▸ AIM OF THE EXERCISE
Between the line containing "-e102 e115 e68]" and the line containing "e119 v75 v55 LINE" lies a run of lines; give that run again exactly, with both of those lines, and nothing else from the entries below.

▸ DATASET EXCERPTS
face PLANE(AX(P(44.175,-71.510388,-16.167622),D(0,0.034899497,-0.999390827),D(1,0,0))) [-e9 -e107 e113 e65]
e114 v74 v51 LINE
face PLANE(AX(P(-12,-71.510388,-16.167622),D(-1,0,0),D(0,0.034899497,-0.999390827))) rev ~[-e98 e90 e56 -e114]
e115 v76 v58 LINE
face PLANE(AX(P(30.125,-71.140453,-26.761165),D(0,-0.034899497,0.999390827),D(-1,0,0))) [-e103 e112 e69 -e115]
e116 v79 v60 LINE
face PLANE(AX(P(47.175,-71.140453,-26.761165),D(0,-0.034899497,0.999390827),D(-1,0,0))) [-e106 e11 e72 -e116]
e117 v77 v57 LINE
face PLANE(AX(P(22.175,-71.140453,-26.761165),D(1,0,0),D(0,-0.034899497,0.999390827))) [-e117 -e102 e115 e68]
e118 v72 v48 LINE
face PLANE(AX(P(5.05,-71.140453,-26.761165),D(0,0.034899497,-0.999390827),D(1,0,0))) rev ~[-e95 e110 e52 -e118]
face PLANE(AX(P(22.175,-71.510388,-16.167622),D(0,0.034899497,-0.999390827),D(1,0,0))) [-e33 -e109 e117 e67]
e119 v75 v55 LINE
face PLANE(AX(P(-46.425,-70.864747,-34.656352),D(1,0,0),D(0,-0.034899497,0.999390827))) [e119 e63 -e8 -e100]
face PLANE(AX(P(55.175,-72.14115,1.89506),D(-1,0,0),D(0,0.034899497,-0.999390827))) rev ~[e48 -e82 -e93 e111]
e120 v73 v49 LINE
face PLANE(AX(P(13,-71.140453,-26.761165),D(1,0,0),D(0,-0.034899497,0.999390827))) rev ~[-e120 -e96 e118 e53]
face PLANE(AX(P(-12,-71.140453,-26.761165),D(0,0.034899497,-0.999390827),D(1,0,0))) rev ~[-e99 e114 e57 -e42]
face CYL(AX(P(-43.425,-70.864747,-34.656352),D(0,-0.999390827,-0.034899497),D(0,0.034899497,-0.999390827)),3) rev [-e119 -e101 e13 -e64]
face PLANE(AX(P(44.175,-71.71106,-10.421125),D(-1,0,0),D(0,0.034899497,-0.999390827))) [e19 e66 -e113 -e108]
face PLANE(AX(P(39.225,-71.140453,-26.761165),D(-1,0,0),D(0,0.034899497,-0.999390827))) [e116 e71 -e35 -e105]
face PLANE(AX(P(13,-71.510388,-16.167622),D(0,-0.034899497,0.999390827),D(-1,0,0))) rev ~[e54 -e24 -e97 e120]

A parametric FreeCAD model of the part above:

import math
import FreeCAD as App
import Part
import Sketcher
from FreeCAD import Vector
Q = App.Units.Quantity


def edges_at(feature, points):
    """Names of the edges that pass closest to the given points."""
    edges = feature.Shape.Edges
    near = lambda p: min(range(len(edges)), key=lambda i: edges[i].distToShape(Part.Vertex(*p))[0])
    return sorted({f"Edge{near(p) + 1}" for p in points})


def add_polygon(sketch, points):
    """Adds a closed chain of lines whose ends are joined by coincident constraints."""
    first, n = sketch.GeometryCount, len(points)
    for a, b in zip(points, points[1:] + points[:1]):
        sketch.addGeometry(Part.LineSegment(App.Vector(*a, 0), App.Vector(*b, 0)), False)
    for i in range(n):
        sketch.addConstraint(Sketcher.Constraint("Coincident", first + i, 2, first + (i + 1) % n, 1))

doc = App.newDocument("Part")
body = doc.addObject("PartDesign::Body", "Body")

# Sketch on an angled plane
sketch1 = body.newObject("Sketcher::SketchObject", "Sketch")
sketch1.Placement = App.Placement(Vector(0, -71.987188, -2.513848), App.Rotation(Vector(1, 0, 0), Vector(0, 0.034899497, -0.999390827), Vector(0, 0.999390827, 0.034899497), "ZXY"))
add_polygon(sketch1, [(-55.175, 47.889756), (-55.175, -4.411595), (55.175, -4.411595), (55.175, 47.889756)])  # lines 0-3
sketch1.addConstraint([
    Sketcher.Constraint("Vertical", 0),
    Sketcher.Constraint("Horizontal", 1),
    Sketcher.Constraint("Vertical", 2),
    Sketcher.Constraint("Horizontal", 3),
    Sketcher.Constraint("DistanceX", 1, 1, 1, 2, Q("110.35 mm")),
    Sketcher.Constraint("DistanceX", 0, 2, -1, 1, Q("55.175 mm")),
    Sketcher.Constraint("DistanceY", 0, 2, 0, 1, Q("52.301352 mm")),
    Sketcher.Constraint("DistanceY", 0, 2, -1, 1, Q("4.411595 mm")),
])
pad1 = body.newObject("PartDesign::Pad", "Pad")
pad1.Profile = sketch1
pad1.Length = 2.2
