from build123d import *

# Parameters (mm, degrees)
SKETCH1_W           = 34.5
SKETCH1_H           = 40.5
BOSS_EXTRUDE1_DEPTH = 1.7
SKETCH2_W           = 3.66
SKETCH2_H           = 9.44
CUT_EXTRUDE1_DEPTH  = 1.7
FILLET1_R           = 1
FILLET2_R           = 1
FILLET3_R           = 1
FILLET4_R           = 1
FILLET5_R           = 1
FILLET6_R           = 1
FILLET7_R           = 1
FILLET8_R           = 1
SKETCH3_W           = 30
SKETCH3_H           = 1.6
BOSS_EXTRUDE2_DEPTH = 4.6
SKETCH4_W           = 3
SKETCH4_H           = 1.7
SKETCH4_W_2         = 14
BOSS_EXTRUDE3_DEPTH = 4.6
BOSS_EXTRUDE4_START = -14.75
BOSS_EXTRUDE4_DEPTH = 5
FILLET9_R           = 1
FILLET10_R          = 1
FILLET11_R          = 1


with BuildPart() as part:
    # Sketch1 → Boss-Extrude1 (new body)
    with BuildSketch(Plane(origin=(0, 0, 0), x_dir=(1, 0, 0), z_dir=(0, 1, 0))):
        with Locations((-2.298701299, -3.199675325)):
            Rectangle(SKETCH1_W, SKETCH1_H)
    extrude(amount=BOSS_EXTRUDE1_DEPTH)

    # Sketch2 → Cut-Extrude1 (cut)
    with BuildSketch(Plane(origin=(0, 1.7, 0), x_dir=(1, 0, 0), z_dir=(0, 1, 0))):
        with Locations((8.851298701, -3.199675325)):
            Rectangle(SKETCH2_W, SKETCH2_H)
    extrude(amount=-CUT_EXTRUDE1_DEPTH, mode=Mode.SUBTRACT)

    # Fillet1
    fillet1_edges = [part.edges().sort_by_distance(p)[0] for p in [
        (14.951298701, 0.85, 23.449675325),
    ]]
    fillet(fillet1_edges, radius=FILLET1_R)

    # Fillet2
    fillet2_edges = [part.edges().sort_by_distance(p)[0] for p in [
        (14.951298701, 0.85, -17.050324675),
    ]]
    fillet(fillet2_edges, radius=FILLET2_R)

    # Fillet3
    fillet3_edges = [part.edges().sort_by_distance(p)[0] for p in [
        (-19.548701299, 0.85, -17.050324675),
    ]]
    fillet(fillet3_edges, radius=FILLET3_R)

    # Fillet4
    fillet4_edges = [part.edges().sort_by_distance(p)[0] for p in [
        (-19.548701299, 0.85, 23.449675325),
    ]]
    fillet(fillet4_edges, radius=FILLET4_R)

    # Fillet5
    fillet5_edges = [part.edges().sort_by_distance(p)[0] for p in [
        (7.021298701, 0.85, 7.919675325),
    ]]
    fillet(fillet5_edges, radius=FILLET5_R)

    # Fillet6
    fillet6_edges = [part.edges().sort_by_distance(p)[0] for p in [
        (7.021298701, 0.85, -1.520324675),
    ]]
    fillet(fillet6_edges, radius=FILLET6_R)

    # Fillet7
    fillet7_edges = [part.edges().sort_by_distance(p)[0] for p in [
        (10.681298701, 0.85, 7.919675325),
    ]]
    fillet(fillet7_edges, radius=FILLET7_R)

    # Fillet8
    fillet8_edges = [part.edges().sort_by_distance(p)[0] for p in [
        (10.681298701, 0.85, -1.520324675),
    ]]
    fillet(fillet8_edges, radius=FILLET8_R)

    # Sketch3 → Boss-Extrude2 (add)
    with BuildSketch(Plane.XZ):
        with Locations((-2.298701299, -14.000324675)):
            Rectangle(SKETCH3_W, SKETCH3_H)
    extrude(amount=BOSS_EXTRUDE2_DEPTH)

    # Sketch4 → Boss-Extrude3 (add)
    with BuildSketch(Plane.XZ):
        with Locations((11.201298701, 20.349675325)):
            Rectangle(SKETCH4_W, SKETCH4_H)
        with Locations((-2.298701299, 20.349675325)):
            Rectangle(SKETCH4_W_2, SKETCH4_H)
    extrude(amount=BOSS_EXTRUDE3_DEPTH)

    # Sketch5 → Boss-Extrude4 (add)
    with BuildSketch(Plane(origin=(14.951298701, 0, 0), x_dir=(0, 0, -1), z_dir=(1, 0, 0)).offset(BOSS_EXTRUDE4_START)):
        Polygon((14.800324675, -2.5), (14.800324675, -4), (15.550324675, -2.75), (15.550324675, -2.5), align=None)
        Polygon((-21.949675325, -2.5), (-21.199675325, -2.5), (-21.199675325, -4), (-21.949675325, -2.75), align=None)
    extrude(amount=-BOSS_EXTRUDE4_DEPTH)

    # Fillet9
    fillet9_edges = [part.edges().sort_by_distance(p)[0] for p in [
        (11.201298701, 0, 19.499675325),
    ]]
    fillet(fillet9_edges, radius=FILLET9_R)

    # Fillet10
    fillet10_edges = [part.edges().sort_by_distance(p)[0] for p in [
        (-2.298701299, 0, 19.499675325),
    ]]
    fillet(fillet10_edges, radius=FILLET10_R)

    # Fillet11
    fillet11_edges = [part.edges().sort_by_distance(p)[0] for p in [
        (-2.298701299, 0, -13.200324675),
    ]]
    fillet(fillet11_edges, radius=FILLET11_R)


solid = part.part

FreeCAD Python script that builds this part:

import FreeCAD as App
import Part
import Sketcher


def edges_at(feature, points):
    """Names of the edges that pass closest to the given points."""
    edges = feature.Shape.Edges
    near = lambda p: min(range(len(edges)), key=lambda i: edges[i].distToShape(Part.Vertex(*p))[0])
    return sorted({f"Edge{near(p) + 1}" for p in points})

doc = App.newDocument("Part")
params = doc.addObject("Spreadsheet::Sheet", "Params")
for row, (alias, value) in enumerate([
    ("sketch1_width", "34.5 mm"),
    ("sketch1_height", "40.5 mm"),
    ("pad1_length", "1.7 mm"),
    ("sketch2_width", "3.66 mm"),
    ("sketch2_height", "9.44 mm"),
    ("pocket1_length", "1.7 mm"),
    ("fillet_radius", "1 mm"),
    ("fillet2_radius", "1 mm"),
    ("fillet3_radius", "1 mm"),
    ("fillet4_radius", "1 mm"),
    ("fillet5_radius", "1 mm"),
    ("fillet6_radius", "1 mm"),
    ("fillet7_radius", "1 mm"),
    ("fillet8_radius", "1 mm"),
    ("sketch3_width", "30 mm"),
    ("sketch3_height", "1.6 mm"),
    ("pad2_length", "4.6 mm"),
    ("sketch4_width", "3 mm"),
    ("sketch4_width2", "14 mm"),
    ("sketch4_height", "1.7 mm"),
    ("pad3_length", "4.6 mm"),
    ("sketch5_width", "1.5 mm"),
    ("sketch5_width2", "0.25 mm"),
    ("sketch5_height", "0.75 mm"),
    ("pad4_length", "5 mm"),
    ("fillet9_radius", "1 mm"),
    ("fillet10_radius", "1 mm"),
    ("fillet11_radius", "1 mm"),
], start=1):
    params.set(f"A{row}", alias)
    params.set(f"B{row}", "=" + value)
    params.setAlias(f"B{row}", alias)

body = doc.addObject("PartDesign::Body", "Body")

▸ EXERCISE OUTPUT
face PLANE(AX(P(22.175,-71.140453,-26.761165),D(1,0,0),D(0,-0.034899497,0.999390827))) [-e117 -e102 e115 e68]
e118 v72 v48 LINE
face PLANE(AX(P(5.05,-71.140453,-26.761165),D(0,0.034899497,-0.999390827),D(1,0,0))) rev ~[-e95 e110 e52 -e118]
face PLANE(AX(P(22.175,-71.510388,-16.167622),D(0,0.034899497,-0.999390827),D(1,0,0))) [-e33 -e109 e117 e67]
e119 v75 v55 LINE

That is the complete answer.